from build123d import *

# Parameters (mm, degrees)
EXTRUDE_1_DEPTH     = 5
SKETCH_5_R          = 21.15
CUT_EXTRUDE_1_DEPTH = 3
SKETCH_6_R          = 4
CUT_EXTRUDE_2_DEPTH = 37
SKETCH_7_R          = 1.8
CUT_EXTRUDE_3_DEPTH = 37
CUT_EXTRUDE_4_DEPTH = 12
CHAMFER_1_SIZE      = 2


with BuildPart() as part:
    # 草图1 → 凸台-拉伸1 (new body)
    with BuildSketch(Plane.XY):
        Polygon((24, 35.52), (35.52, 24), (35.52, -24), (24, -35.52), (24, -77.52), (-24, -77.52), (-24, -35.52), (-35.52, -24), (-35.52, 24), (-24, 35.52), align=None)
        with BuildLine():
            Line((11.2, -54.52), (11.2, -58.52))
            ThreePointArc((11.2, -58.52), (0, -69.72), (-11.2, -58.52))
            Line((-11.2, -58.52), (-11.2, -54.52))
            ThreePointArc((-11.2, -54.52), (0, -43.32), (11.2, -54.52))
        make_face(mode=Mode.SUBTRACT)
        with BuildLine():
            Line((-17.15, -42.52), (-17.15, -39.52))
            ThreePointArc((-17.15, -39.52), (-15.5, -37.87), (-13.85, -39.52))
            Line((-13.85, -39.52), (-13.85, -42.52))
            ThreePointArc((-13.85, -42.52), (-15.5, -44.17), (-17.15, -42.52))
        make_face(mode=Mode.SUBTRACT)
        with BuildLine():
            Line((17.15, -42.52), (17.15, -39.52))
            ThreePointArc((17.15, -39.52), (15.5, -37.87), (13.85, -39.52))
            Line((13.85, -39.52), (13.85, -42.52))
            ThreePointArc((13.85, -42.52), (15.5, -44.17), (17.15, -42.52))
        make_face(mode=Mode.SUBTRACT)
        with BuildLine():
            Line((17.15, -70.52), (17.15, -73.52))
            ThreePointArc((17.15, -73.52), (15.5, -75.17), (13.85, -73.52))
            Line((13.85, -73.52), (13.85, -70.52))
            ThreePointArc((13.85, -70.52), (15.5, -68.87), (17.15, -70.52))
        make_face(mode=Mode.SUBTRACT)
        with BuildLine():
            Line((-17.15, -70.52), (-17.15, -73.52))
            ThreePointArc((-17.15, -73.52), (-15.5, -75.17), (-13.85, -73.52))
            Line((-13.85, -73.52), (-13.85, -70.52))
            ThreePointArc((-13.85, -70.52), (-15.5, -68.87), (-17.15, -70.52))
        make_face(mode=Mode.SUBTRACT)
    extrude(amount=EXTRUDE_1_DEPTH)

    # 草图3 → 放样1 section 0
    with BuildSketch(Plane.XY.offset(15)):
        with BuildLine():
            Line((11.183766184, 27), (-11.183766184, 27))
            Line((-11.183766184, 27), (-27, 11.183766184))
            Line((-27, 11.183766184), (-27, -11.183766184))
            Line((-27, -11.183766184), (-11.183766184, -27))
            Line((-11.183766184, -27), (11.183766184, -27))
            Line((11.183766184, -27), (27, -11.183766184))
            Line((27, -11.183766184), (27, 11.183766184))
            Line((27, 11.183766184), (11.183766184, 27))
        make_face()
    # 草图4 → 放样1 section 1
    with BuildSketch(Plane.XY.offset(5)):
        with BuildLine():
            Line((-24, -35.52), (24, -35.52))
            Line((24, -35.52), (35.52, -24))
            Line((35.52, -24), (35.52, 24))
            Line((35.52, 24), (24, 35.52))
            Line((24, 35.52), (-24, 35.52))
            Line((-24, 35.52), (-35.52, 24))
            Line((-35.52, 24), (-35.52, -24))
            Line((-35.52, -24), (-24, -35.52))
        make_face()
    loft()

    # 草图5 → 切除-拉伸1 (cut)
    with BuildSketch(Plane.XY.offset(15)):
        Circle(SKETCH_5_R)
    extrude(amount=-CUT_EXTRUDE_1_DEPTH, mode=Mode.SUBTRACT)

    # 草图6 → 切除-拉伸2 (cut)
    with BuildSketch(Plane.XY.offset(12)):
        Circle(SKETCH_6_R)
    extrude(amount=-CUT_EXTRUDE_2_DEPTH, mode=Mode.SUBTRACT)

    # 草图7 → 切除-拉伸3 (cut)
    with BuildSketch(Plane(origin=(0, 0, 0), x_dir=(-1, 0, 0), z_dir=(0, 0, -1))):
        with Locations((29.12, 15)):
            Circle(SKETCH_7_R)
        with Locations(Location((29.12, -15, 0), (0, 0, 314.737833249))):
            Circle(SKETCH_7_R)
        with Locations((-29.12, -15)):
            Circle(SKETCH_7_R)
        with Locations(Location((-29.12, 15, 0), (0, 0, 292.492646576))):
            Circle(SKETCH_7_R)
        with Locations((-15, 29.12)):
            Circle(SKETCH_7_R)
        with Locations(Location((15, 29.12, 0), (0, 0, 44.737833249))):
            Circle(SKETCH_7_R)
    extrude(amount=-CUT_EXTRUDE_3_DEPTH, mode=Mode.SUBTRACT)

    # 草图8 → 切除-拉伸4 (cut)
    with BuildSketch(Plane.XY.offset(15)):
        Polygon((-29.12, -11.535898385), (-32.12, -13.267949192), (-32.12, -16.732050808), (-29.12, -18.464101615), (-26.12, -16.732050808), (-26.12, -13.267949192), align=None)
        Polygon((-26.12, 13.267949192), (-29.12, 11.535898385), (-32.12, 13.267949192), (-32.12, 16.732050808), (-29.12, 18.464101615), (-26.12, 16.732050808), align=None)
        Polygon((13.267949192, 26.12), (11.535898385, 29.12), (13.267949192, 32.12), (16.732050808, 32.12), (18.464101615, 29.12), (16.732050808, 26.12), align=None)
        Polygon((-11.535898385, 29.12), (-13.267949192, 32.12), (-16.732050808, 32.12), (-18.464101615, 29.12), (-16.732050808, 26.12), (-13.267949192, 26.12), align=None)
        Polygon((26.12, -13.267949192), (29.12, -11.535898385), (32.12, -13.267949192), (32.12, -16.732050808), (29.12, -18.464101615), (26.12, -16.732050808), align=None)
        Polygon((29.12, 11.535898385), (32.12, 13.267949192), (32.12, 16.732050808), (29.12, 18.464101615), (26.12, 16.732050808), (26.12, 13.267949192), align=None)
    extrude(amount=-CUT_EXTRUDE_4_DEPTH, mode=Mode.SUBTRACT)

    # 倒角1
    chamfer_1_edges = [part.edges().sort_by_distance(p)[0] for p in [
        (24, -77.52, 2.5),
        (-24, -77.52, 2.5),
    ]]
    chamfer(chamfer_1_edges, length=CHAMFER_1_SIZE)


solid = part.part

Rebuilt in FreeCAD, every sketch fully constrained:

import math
import FreeCAD as App
import Part
import Sketcher

V = App.Vector
Q = App.Units.Quantity


def edges_at(feature, points):
    """Names of the edges that pass closest to the given points."""
    edges = feature.Shape.Edges
    near = lambda p: min(range(len(edges)), key=lambda i: edges[i].distToShape(Part.Vertex(*p))[0])
    return sorted({f"Edge{near(p) + 1}" for p in points})


def add_polygon(sketch, points):
    """Adds a closed chain of lines whose ends are joined by coincident constraints."""
    first, n = sketch.GeometryCount, len(points)
    for a, b in zip(points, points[1:] + points[:1]):
        sketch.addGeometry(Part.LineSegment(App.Vector(*a, 0), App.Vector(*b, 0)), False)
    for i in range(n):
        sketch.addConstraint(Sketcher.Constraint("Coincident", first + i, 2, first + (i + 1) % n, 1))

doc = App.newDocument("Part")
params = doc.addObject("Spreadsheet::Sheet", "Params")
for row, (alias, value) in enumerate([
    ("sketch1_radius", "11.2 mm"),
    ("sketch1_width", "48 mm"),
    ("sketch1_height", "42 mm"),
    ("sketch1_height2", "3 mm"),
    ("sketch1_height3", "4 mm"),
    ("pad1_length", "5 mm"),
    ("sketch3_width", "48 mm"),
    ("sketch4_diameter", "42.3 mm"),
    ("pocket1_length", "3 mm"),
    ("sketch5_diameter", "8 mm"),
    ("pocket2_length", "37 mm"),
    ("sketch6_diameter", "3.6 mm"),
    ("pocket3_length", "37 mm"),
    ("pocket4_length", "12 mm"),
    ("chamfer_size", "2 mm"),
], start=1):
    params.set(f"A{row}", alias)
    params.set(f"B{row}", "=" + value)
    params.setAlias(f"B{row}", alias)

body = doc.addObject("PartDesign::Body", "Body")

# Sketch on XY plane
sketch1 = body.newObject("Sketcher::SketchObject", "Sketch")
sketch1.AttachmentSupport = (doc.getObject("XY_Plane"), [""])
sketch1.MapMode = "FlatFace"
add_polygon(sketch1, [(35.5, 24), (24, 35.5), (-24, 35.5), (-35.5, 24), (-35.5, -24), (-24, -35.5), (-24, -77.5), (24, -77.5), (24, -35.5), (35.5, -24)])  # lines 0-9
sketch1.addGeometry(Part.LineSegment(V(17.1, -70.5, 0), V(17.1, -73.5, 0)), False)  # 10
sketch1.addGeometry(Part.ArcOfCircle(Part.Circle(V(15.5, -73.5, 0), V(0, 0, 1), 1.6), math.radians(180), math.radians(360)), False)  # 11
sketch1.addGeometry(Part.LineSegment(V(13.8, -73.5, 0), V(13.8, -70.5, 0)), False)  # 12
sketch1.addGeometry(Part.ArcOfCircle(Part.Circle(V(15.5, -70.5, 0), V(0, 0, 1), 1.6), math.radians(0), math.radians(180)), False)  # 13
sketch1.addGeometry(Part.ArcOfCircle(Part.Circle(V(-15.5, -70.5, 0), V(0, 0, 1), 1.6), math.radians(0), math.radians(180)), False)  # 14
sketch1.addGeometry(Part.LineSegment(V(-13.8, -70.5, 0), V(-13.8, -73.5, 0)), False)  # 15
sketch1.addGeometry(Part.ArcOfCircle(Part.Circle(V(-15.5, -73.5, 0), V(0, 0, 1), 1.6), math.radians(180), math.radians(360)), False)  # 16
sketch1.addGeometry(Part.LineSegment(V(-17.1, -73.5, 0), V(-17.1, -70.5, 0)), False)  # 17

:::::

## [What is required]
Show every line from the entries above in which "ThreePointArc" appears.

## [Finished task]
            ThreePointArc((11.2, -58.52), (0, -69.72), (-11.2, -58.52))
            ThreePointArc((-11.2, -54.52), (0, -43.32), (11.2, -54.52))
            ThreePointArc((-17.15, -39.52), (-15.5, -37.87), (-13.85, -39.52))
            ThreePointArc((-13.85, -42.52), (-15.5, -44.17), (-17.15, -42.52))
            ThreePointArc((17.15, -39.52), (15.5, -37.87), (13.85, -39.52))
            ThreePointArc((13.85, -42.52), (15.5, -44.17), (17.15, -42.52))
            ThreePointArc((17.15, -73.52), (15.5, -75.17), (13.85, -73.52))
            ThreePointArc((13.85, -70.52), (15.5, -68.87), (17.15, -70.52))
            ThreePointArc((-17.15, -73.52), (-15.5, -75.17), (-13.85, -73.52))
            ThreePointArc((-13.85, -70.52), (-15.5, -68.87), (-17.15, -70.52))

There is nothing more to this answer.